(Collected data)
'''

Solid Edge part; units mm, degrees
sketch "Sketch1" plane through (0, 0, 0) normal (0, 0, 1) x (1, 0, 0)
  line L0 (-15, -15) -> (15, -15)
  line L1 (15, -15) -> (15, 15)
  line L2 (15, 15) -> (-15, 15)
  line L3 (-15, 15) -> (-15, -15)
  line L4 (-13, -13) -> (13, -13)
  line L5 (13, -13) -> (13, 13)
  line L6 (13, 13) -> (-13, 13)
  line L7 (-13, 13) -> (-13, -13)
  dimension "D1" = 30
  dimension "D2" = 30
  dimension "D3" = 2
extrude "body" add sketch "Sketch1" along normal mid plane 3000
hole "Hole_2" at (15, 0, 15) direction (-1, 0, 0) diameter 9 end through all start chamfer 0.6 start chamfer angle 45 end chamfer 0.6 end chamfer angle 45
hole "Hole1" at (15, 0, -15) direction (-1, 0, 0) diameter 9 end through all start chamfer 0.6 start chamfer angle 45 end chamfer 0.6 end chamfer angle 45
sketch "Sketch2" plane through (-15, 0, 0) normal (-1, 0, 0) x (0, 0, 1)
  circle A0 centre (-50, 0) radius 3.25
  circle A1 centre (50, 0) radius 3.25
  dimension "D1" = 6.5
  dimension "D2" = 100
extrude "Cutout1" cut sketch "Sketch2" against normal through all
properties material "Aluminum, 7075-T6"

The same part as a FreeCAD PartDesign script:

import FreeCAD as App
import Part
import Sketcher

doc = App.newDocument("Part")
body = doc.addObject("PartDesign::Body", "Body")

# Sketch on XY plane
sketch1 = body.newObject("Sketcher::SketchObject", "Sketch")
sketch1.AttachmentSupport = (doc.getObject("XY_Plane"), [""])
sketch1.MapMode = "FlatFace"
sketch1.addGeometry([
    Part.LineSegment(App.Vector(-15, 15, 0), App.Vector(-15, -15, 0)),  # 0
    Part.LineSegment(App.Vector(-15, -15, 0), App.Vector(15, -15, 0)),  # 1
    Part.LineSegment(App.Vector(15, -15, 0), App.Vector(15, 15, 0)),  # 2
    Part.LineSegment(App.Vector(15, 15, 0), App.Vector(-15, 15, 0)),  # 3
    Part.LineSegment(App.Vector(13, -13, 0), App.Vector(-13, -13, 0)),  # 4
    Part.LineSegment(App.Vector(-13, -13, 0), App.Vector(-13, 13, 0)),  # 5
    Part.LineSegment(App.Vector(-13, 13, 0), App.Vector(13, 13, 0)),  # 6
    Part.LineSegment(App.Vector(13, 13, 0), App.Vector(13, -13, 0)),  # 7
], False)
sketch1.addConstraint([
    Sketcher.Constraint("Coincident", 0, 2, 1, 1),
    Sketcher.Constraint("Coincident", 1, 2, 2, 1),
    Sketcher.Constraint("Coincident", 2, 2, 3, 1),
    Sketcher.Constraint("Coincident", 3, 2, 0, 1),
    Sketcher.Constraint("Coincident", 4, 2, 5, 1),
    Sketcher.Constraint("Coincident", 5, 2, 6, 1),
    Sketcher.Constraint("Coincident", 6, 2, 7, 1),
    Sketcher.Constraint("Coincident", 7, 2, 4, 1),
    Sketcher.Constraint("Vertical", 0),
    Sketcher.Constraint("Horizontal", 1),
    Sketcher.Constraint("Vertical", 2),
    Sketcher.Constraint("Horizontal", 3),
    Sketcher.Constraint("Horizontal", 4),
    Sketcher.Constraint("Vertical", 5),
    Sketcher.Constraint("Horizontal", 6),
    Sketcher.Constraint("Vertical", 7),
    Sketcher.Constraint("Symmetric", 0, 2, 2, 2, -1, 1),
    Sketcher.Constraint("Symmetric", 4, 2, 6, 2, -1, 1),
    Sketcher.Constraint("Equal", 3, 0),
    Sketcher.Constraint("Equal", 6, 5),
    Sketcher.Constraint("DistanceX", 0, 2, -1, 1, 15.0),
    Sketcher.Constraint("DistanceX", 4, 2, 4, 1, 26.0),
])
pad1 = body.newObject("PartDesign::Pad", "Pad")
pad1.Profile = sketch1
pad1.Length = 3000
pad1.Midplane = True

# Sketch on YZ plane
sketch2 = body.newObject("Sketcher::SketchObject", "Sketch001")
sketch2.AttachmentSupport = (doc.getObject("YZ_Plane"), [""])
sketch2.MapMode = "FlatFace"
sketch2.AttachmentOffset = App.Placement(App.Vector(0, 0, 15), App.Rotation())
sketch2.addGeometry(Part.Circle(App.Vector(0, 15, 0), App.Vector(0, 0, 1), 4.5), False)
sketch2.addConstraint([
    Sketcher.Constraint("PointOnObject", 0, 3, -2),
    Sketcher.Constraint("Diameter", 0, 9.0),
    Sketcher.Constraint("DistanceY", -1, 1, 0, 3, 15.0),
])
doc.recompute()
hole = body.newObject("PartDesign::Hole", "Hole")
hole.Profile = sketch2
hole.ThreadType = "None"
hole.Diameter = 9
hole.DepthType = "ThroughAll"

# Sketch on YZ plane
sketch3 = body.newObject("Sketcher::SketchObject", "Sketch002")
sketch3.AttachmentSupport = (doc.getObject("YZ_Plane"), [""])
sketch3.MapMode = "FlatFace"
sketch3.AttachmentOffset = App.Placement(App.Vector(0, 0, 15), App.Rotation())
sketch3.addGeometry(Part.Circle(App.Vector(0, -15, 0), App.Vector(0, 0, 1), 4.5), False)
sketch3.addConstraint([
    Sketcher.Constraint("PointOnObject", 0, 3, -2),
    Sketcher.Constraint("Diameter", 0, 9.0),
    Sketcher.Constraint("DistanceY", 0, 3, -1, 1, 15.0),
])
doc.recompute()
hole2 = body.newObject("PartDesign::Hole", "Hole001")
hole2.Profile = sketch3
hole2.ThreadType = "None"
hole2.Diameter = 9
hole2.DepthType = "ThroughAll"

# Sketch on YZ plane
sketch4 = body.newObject("Sketcher::SketchObject", "Sketch003")
sketch4.AttachmentSupport = (doc.getObject("YZ_Plane"), [""])
sketch4.MapMode = "FlatFace"
sketch4.AttachmentOffset = App.Placement(App.Vector(0, 0, -15), App.Rotation())
sketch4.addGeometry([
    Part.Circle(App.Vector(0, -50, 0), App.Vector(0, 0, 1), 3.2),
    Part.Circle(App.Vector(0, 50, 0), App.Vector(0, 0, 1), 3.2),
], False)
sketch4.addConstraint([
    Sketcher.Constraint("Equal", 0, 1),
    Sketcher.Constraint("Symmetric", 0, 3, 1, 3, -1, 1),
    Sketcher.Constraint("PointOnObject", 0, 3, -2),
    Sketcher.Constraint("Diameter", 0, 6.5),
    Sketcher.Constraint("DistanceY", 0, 3, -1, 1, 50.0),
])
pocket1 = body.newObject("PartDesign::Pocket", "Pocket")
pocket1.Profile = sketch4
pocket1.Type = "ThroughAll"
pocket1.Reversed = True

doc.recompute()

'''

▶ [WHAT THE TASK REQUIRES]: Of the lines above, copy each that contains "radius".

▶ [SOLUTION TO THIS PROBLEM]:
  circle A0 centre (-50, 0) radius 3.25
  circle A1 centre (50, 0) radius 3.25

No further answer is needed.